A 12 de Abril de 2012 deu-se uma grande explosão, seguida de três menores e um incêndio, no molhe sul do porto de Leixões, fazendo um morto, um ferido grave e vários ligeiros. O guindaste Titan estaria a ser desmantelado desde o dia 3 de Abril, para remodelação. 

O acidente foi causado pela queda de uma peça do Titan sobre o pipeline de gás que ligava o local de atracagem dos petroleiros a um depósito de armazenamento em Matosinhos. O inquérito apurou que uma grua de apoio que suportava o contrapeso do guindaste histórico Titan terá tombado graças a uma falha no cálculo do peso. Em comunicado, a APDL garantiu que era impossível pesar o contrapeso antes da operação, pelo que foi feita uma estimativa pela empresa contratada, a Eurocrane.

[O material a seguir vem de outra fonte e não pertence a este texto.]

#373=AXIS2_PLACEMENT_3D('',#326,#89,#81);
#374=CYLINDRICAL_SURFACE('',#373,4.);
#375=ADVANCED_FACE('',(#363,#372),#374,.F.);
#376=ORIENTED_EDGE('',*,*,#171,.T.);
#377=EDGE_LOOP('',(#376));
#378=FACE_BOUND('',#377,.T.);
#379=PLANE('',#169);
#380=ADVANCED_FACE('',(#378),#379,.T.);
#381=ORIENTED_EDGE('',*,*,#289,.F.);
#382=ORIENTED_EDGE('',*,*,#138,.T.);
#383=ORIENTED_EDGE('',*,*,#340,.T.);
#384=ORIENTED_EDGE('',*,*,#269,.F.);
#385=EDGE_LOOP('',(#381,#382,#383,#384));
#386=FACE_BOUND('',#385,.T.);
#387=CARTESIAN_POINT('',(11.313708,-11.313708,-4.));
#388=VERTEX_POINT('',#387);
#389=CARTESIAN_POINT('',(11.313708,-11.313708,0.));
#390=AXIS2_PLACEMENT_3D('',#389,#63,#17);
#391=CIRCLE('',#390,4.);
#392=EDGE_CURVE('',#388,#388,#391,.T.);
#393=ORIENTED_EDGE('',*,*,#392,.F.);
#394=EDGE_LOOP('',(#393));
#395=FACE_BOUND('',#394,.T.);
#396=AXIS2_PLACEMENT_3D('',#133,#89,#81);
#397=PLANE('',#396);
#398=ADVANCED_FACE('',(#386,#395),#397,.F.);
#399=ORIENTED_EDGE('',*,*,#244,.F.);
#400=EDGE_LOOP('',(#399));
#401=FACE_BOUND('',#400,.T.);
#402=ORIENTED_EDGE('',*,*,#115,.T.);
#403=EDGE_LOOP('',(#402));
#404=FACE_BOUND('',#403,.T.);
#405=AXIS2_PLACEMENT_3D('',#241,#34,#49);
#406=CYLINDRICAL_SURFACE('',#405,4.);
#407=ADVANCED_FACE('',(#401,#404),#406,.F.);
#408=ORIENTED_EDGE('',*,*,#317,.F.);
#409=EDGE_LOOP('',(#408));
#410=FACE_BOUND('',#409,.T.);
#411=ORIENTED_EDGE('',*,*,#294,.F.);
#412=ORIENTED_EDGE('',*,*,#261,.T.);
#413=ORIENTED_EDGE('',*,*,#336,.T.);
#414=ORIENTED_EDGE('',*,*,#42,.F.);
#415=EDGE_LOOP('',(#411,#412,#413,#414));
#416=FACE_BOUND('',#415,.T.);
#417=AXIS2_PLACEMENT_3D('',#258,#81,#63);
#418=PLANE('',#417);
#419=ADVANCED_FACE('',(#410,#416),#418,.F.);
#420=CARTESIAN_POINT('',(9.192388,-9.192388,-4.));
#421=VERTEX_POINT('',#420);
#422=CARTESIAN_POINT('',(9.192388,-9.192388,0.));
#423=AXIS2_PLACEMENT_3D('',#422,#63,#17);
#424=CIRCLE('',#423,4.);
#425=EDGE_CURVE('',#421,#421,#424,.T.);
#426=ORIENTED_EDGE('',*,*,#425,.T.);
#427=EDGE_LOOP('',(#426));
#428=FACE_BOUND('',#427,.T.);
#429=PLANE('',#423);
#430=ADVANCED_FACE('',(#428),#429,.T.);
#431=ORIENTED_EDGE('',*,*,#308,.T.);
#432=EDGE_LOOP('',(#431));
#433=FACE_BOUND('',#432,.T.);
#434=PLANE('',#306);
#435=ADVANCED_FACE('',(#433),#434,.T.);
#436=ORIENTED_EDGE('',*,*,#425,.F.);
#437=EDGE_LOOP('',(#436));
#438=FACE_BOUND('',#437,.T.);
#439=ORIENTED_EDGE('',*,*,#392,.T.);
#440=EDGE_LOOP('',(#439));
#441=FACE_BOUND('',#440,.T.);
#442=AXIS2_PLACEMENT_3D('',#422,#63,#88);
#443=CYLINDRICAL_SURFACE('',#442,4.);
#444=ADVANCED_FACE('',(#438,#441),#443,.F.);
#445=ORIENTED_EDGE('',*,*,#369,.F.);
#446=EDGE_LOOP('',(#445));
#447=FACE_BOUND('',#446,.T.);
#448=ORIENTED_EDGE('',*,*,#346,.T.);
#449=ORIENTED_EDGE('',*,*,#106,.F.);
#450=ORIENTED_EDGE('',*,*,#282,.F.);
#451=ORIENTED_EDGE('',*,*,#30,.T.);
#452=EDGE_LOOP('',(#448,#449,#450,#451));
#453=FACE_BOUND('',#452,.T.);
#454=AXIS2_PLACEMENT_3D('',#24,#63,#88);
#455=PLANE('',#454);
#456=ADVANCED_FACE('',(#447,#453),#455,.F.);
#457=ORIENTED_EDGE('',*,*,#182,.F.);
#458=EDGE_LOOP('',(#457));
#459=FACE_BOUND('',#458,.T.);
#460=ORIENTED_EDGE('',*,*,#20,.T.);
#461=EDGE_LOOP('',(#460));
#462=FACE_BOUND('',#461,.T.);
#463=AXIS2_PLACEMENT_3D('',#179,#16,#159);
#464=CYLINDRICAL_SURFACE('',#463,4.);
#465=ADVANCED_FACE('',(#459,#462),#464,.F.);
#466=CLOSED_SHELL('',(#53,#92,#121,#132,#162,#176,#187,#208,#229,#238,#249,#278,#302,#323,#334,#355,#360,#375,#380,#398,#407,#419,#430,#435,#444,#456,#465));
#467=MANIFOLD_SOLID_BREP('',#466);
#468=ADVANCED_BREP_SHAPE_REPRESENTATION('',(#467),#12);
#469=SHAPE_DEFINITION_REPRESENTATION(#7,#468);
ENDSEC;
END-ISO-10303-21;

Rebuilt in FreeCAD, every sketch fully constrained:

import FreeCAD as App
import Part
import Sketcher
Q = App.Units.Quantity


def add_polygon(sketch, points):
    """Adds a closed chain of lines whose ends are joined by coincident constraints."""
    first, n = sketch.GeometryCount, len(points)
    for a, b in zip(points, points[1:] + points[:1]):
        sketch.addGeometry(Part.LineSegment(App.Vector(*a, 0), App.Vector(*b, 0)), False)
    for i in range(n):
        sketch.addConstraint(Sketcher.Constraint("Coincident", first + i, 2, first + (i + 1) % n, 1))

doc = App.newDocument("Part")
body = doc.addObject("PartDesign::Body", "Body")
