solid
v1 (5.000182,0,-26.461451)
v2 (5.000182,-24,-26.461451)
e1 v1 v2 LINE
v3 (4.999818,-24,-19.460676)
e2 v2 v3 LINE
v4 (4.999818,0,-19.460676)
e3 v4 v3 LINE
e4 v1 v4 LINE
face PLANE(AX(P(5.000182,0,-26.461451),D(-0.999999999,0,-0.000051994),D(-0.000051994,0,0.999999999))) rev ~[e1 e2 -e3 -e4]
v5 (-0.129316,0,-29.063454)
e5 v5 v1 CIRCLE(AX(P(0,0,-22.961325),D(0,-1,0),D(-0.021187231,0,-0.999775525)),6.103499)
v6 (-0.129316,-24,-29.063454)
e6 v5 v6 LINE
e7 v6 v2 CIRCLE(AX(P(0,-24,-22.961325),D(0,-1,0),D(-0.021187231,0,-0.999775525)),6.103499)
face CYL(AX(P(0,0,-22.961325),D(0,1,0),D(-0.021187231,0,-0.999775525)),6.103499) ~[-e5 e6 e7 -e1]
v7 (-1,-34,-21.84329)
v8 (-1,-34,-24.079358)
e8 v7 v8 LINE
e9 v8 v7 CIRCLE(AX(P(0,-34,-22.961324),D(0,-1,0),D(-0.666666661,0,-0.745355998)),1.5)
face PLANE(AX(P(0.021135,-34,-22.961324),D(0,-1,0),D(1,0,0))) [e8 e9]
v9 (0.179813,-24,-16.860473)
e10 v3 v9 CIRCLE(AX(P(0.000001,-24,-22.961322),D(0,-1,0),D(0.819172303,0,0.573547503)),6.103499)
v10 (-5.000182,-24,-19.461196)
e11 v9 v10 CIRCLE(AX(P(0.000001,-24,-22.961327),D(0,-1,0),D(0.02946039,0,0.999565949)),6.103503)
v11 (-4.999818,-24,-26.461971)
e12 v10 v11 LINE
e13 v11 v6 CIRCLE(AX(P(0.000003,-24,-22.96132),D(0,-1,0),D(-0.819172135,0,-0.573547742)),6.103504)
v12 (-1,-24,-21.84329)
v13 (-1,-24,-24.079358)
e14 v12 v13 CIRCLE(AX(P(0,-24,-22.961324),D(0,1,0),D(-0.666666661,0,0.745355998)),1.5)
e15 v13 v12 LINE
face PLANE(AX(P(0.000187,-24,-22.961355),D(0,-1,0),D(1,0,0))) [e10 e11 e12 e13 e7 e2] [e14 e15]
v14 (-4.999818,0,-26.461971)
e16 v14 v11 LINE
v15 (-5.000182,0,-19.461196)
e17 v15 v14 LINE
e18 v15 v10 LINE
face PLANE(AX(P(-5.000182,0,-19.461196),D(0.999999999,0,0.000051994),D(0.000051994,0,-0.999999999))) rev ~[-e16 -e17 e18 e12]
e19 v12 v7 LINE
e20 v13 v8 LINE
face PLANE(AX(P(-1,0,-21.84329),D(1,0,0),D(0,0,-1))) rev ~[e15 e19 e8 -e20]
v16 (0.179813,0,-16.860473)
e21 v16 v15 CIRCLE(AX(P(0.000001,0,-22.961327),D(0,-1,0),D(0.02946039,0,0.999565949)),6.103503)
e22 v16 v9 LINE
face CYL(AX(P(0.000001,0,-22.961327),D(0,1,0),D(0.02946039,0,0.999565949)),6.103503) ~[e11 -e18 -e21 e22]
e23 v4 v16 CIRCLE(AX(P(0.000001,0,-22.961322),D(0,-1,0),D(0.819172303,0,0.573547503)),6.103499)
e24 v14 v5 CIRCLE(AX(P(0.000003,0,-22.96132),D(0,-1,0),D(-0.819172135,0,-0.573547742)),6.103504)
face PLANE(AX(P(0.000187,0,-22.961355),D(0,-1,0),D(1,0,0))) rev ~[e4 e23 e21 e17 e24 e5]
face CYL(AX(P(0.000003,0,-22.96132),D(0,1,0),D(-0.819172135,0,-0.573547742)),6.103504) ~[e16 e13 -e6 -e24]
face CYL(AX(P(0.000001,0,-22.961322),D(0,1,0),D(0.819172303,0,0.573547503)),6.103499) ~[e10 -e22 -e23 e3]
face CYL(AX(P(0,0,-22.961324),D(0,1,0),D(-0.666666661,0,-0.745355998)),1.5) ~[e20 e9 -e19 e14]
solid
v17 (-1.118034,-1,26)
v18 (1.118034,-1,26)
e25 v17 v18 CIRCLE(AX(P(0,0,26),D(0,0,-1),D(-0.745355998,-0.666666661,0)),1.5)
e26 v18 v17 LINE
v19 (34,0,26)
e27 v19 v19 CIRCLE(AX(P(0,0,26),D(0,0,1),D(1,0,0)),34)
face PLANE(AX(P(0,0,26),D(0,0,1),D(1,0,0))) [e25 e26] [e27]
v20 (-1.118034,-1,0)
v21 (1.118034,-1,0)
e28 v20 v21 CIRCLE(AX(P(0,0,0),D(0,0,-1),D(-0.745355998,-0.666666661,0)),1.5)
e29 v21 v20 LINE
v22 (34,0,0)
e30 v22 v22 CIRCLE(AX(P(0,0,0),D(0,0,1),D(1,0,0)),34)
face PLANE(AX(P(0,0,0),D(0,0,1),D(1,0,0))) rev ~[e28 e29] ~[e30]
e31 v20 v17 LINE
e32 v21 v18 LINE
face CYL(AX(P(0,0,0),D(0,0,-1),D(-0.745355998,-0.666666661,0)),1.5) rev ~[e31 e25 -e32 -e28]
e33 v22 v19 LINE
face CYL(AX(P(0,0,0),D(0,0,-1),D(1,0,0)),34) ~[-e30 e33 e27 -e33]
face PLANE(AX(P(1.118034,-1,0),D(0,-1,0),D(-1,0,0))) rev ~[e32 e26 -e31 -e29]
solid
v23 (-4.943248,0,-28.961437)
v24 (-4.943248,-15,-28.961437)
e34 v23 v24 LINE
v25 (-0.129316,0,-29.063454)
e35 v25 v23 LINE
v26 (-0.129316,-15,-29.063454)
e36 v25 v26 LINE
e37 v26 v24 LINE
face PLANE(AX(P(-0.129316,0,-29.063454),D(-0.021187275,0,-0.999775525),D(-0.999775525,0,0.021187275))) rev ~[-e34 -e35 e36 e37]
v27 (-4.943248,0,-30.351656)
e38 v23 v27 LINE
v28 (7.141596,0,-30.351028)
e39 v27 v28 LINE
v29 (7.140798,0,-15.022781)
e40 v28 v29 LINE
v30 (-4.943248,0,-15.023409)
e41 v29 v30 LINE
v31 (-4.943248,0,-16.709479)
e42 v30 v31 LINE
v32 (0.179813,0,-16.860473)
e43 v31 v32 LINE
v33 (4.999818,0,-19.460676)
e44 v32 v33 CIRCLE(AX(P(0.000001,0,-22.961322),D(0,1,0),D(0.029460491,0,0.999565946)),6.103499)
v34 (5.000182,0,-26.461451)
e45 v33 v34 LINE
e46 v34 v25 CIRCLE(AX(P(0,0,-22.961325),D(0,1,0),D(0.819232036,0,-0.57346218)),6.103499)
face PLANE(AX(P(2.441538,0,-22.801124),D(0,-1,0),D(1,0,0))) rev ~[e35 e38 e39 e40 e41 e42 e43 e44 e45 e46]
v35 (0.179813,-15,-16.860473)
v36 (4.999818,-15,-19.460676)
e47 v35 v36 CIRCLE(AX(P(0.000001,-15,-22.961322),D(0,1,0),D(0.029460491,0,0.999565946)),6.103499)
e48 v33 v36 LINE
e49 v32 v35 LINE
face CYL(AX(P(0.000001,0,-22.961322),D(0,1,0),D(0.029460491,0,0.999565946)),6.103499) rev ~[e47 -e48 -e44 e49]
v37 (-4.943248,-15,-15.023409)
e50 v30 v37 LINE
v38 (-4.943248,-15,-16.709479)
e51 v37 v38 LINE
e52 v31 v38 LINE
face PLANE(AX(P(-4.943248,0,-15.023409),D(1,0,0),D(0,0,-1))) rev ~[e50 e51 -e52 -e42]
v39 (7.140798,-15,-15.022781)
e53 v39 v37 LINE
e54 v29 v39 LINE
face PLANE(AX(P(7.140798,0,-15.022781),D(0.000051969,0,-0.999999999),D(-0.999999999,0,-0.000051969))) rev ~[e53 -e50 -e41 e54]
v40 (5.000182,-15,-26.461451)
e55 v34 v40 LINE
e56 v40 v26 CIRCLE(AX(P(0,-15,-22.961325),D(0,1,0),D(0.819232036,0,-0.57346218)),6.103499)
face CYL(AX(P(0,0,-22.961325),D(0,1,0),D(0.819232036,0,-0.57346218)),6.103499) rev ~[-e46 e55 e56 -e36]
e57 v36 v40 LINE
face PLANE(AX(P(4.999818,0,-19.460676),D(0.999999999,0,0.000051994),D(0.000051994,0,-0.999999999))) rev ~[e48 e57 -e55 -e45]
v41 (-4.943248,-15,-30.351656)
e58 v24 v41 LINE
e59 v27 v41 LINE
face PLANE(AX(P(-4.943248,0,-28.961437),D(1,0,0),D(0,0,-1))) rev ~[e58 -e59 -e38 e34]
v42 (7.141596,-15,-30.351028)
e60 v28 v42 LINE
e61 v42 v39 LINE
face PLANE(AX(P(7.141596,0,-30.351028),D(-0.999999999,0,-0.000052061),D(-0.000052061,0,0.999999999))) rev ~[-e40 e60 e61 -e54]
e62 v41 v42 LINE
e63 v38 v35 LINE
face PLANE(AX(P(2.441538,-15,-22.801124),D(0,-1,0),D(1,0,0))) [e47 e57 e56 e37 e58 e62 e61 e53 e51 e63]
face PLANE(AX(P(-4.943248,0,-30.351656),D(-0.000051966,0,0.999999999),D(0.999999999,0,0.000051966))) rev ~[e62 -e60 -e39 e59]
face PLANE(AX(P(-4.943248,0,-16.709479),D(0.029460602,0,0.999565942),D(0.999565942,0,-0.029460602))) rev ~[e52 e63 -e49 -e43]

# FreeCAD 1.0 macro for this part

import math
import FreeCAD as App
import Part
import Sketcher

V = App.Vector

doc = App.newDocument("Part")
body = doc.addObject("PartDesign::Body", "Body")

sketch1 = doc.addObject("Sketcher::SketchObject", "Sketch")
body.addObject(sketch1)
sketch1.AttachmentSupport = (doc.XY_Plane, [""])
sketch1.MapMode = "FlatFace"
sketch1.addGeometry([
    Part.Circle(V(0, 0, 0), V(0, 0, 1), 34),
    Part.LineSegment(V(1.1, -1, 0), V(-1.1, -1, 0)),
    Part.ArcOfCircle(Part.Circle(V(0, 0, 0), V(0, 0, 1), 1.5), math.radians(-42), math.radians(222)),
], False)
sketch1.addConstraint([
    Sketcher.Constraint("Coincident", 1, 1, 2, 1),
    Sketcher.Constraint("Coincident", 2, 2, 1, 2),
    Sketcher.Constraint("Horizontal", 1),
    Sketcher.Constraint("Coincident", 0, 3, -1, 1),
    Sketcher.Constraint("Coincident", 2, 3, -1, 1),
    Sketcher.Constraint("Diameter", 0, 68.0),
    Sketcher.Constraint("Radius", 2, 1.5),
    Sketcher.Constraint("DistanceY", 1, 1, -1, 1, 1.0),
])
pad1 = doc.addObject("PartDesign::Pad", "Pad")
body.addObject(pad1)
pad1.Profile = sketch1
pad1.Length = 26
body2 = doc.addObject("PartDesign::Body", "Body001")

sketch2 = doc.addObject("Sketcher::SketchObject", "Sketch001")
body2.addObject(sketch2)
sketch2.AttachmentSupport = (doc.getObject("XZ_Plane001"), [""])
sketch2.MapMode = "FlatFace"
sketch2.addGeometry([
    Part.ArcOfCircle(Part.Circle(V(0, -23, 0), V(0, 0, 1), 1.5), math.radians(-132), math.radians(132)),
    Part.LineSegment(V(-1, -21.8, 0), V(-1, -24.1, 0)),
], False)
sketch2.addConstraint([
    Sketcher.Constraint("Coincident", 0, 1, 1, 2),
    Sketcher.Constraint("Coincident", 1, 1, 0, 2),
    Sketcher.Constraint("Vertical", 1),
    Sketcher.Constraint("PointOnObject", 0, 3, -2),
    Sketcher.Constraint("Radius", 0, 1.5),
    Sketcher.Constraint("DistanceX", 0, 1, -1, 1, 1.0),
    Sketcher.Constraint("DistanceY", 1, 1, -1, 1, 21.84329),
])
pad2 = doc.addObject("PartDesign::Pad", "Pad001")
body2.addObject(pad2)
pad2.Profile = sketch2
pad2.Length = 34

sketch3 = doc.addObject("Sketcher::SketchObject", "Sketch002")
body2.addObject(sketch3)
sketch3.AttachmentSupport = (doc.getObject("XZ_Plane001"), [""])
sketch3.MapMode = "FlatFace"
sketch3.addGeometry([
    Part.LineSegment(V(5, -26.5, 0), V(5, -19.5, 0)),
    Part.ArcOfCircle(Part.Circle(V(0, -23, 0), V(0, 0, 1), 6.1), math.radians(35), math.radians(88)),
    Part.ArcOfCircle(Part.Circle(V(0, -23, 0), V(0, 0, 1), 6.1), math.radians(88), math.radians(145)),
    Part.LineSegment(V(-5, -19.5, 0), V(-5, -26.5, 0)),
    Part.ArcOfCircle(Part.Circle(V(0, -23, 0), V(0, 0, 1), 6.1), math.radians(-145), math.radians(-91)),
    Part.ArcOfCircle(Part.Circle(V(0, -23, 0), V(0, 0, 1), 6.1), math.radians(-91), math.radians(-35)),
    Part.LineSegment(V(-1, -24.1, 0), V(-1, -21.8, 0)),
    Part.ArcOfCircle(Part.Circle(V(0, -23, 0), V(0, 0, 1), 1.5), math.radians(-132), math.radians(132)),
], False)
sketch3.addConstraint([
    Sketcher.Constraint("Coincident", 0, 2, 1, 1),
    Sketcher.Constraint("Tangent", 1, 2, 2, 1),
    Sketcher.Constraint("Coincident", 2, 2, 3, 1),
    Sketcher.Constraint("Coincident", 3, 2, 4, 1),
    Sketcher.Constraint("Tangent", 4, 2, 5, 1),
    Sketcher.Constraint("Coincident", 5, 2, 0, 1),
    Sketcher.Constraint("Coincident", 6, 1, 7, 1),
    Sketcher.Constraint("Coincident", 7, 2, 6, 2),
    Sketcher.Constraint("Vertical", 6),
    Sketcher.Constraint("Coincident", 4, 3, 1, 3),
    Sketcher.Constraint("Coincident", 7, 3, 1, 3),
    Sketcher.Constraint("Equal", 2, 4),
    Sketcher.Constraint("Equal", 1, 5),
    Sketcher.Constraint("PointOnObject", 1, 3, -2),
    Sketcher.Constraint("PointOnObject", 2, 3, -2),
    Sketcher.Constraint("Parallel", 0, 3),
    Sketcher.Constraint("Equal", 0, 3),
    Sketcher.Constraint("Radius", 7, 1.5),
    Sketcher.Constraint("DistanceX", 6, 1, -1, 1, 1.0),
    Sketcher.Constraint("Radius", 1, 6.103499),
    Sketcher.Constraint("DistanceX", 3, 2, 4, 2, 4.870502),
    Sketcher.Constraint("DistanceY", 4, 3, -1, 1, 22.96132),
    Sketcher.Constraint("DistanceX", -1, 1, 0, 2, 4.999818),
    Sketcher.Constraint("DistanceX", -1, 1, 5, 2, 5.000182),
    Sketcher.Constraint("DistanceX", 4, 3, 1, 2, 0.17981),
])
pad3 = doc.addObject("PartDesign::Pad", "Pad002")
body2.addObject(pad3)
pad3.Profile = sketch3
pad3.Length = 24
body3 = doc.addObject("PartDesign::Body", "Body002")

sketch4 = doc.addObject("Sketcher::SketchObject", "Sketch003")
body3.addObject(sketch4)
sketch4.AttachmentSupport = (doc.getObject("XZ_Plane002"), [""])
sketch4.MapMode = "FlatFace"
sketch4.addGeometry([
    Part.LineSegment(V(5, -19.5, 0), V(5, -26.5, 0)),
    Part.ArcOfCircle(Part.Circle(V(0, -23, 0), V(0, 0, 1), 6.1), math.radians(-91), math.radians(-35)),
    Part.LineSegment(V(-0.1, -29.1, 0), V(-4.9, -29, 0)),
    Part.LineSegment(V(-4.9, -29, 0), V(-4.9, -30.4, 0)),
    Part.LineSegment(V(-4.9, -30.4, 0), V(7.1, -30.4, 0)),
    Part.LineSegment(V(7.1, -30.4, 0), V(7.1, -15, 0)),
    Part.LineSegment(V(7.1, -15, 0), V(-4.9, -15, 0)),
    Part.LineSegment(V(-4.9, -15, 0), V(-4.9, -16.7, 0)),
    Part.LineSegment(V(-4.9, -16.7, 0), V(0.2, -16.9, 0)),
    Part.ArcOfCircle(Part.Circle(V(0, -23, 0), V(0, 0, 1), 6.1), math.radians(35), math.radians(88)),
], False)
sketch4.addConstraint([
    Sketcher.Constraint("Coincident", 0, 2, 1, 2),
    Sketcher.Constraint("Tangent", 1, 1, 2, 1),
    Sketcher.Constraint("Coincident", 2, 2, 3, 1),
    Sketcher.Constraint("Coincident", 3, 2, 4, 1),
    Sketcher.Constraint("Coincident", 4, 2, 5, 1),
    Sketcher.Constraint("Coincident", 5, 2, 6, 1),
    Sketcher.Constraint("Coincident", 6, 2, 7, 1),
    Sketcher.Constraint("Coincident", 7, 2, 8, 1),
    Sketcher.Constraint("Tangent", 8, 2, 9, 2),
    Sketcher.Constraint("Coincident", 9, 1, 0, 1),
    Sketcher.Constraint("Vertical", 3),
    Sketcher.Constraint("Vertical", 7),
    Sketcher.Constraint("Coincident", 9, 3, 1, 3),
    Sketcher.Constraint("Equal", 1, 9),
    Sketcher.Constraint("PointOnObject", 1, 3, -2),
    Sketcher.Constraint("Perpendicular", 0, 4),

As chamas foram combatidas com autotanques e canhões de água de dois navios rebocadores. No total, 73 bombeiros, de várias corporações, combateram o incêndio que deflagrou na Doca 1, onde decorriam também obras para a construção do edifício de acolhimento do novo terminal de cruzeiros de Leixões.

Para Guilherme Pinto, o então actual presidente da Câmara de Matosinhos, entretanto falecido, o acidente inseriu-se no “preço que Matosinhos paga pela existência de um pipeline no casco urbano”, cujas condutas poderiam ter cerca de 50 anos, contou ao PÚBLICO na altura. Situação que deixou de existir com a transição do armazenamento de combustíveis para novas instalações em Perafita e Leça da Palmeira.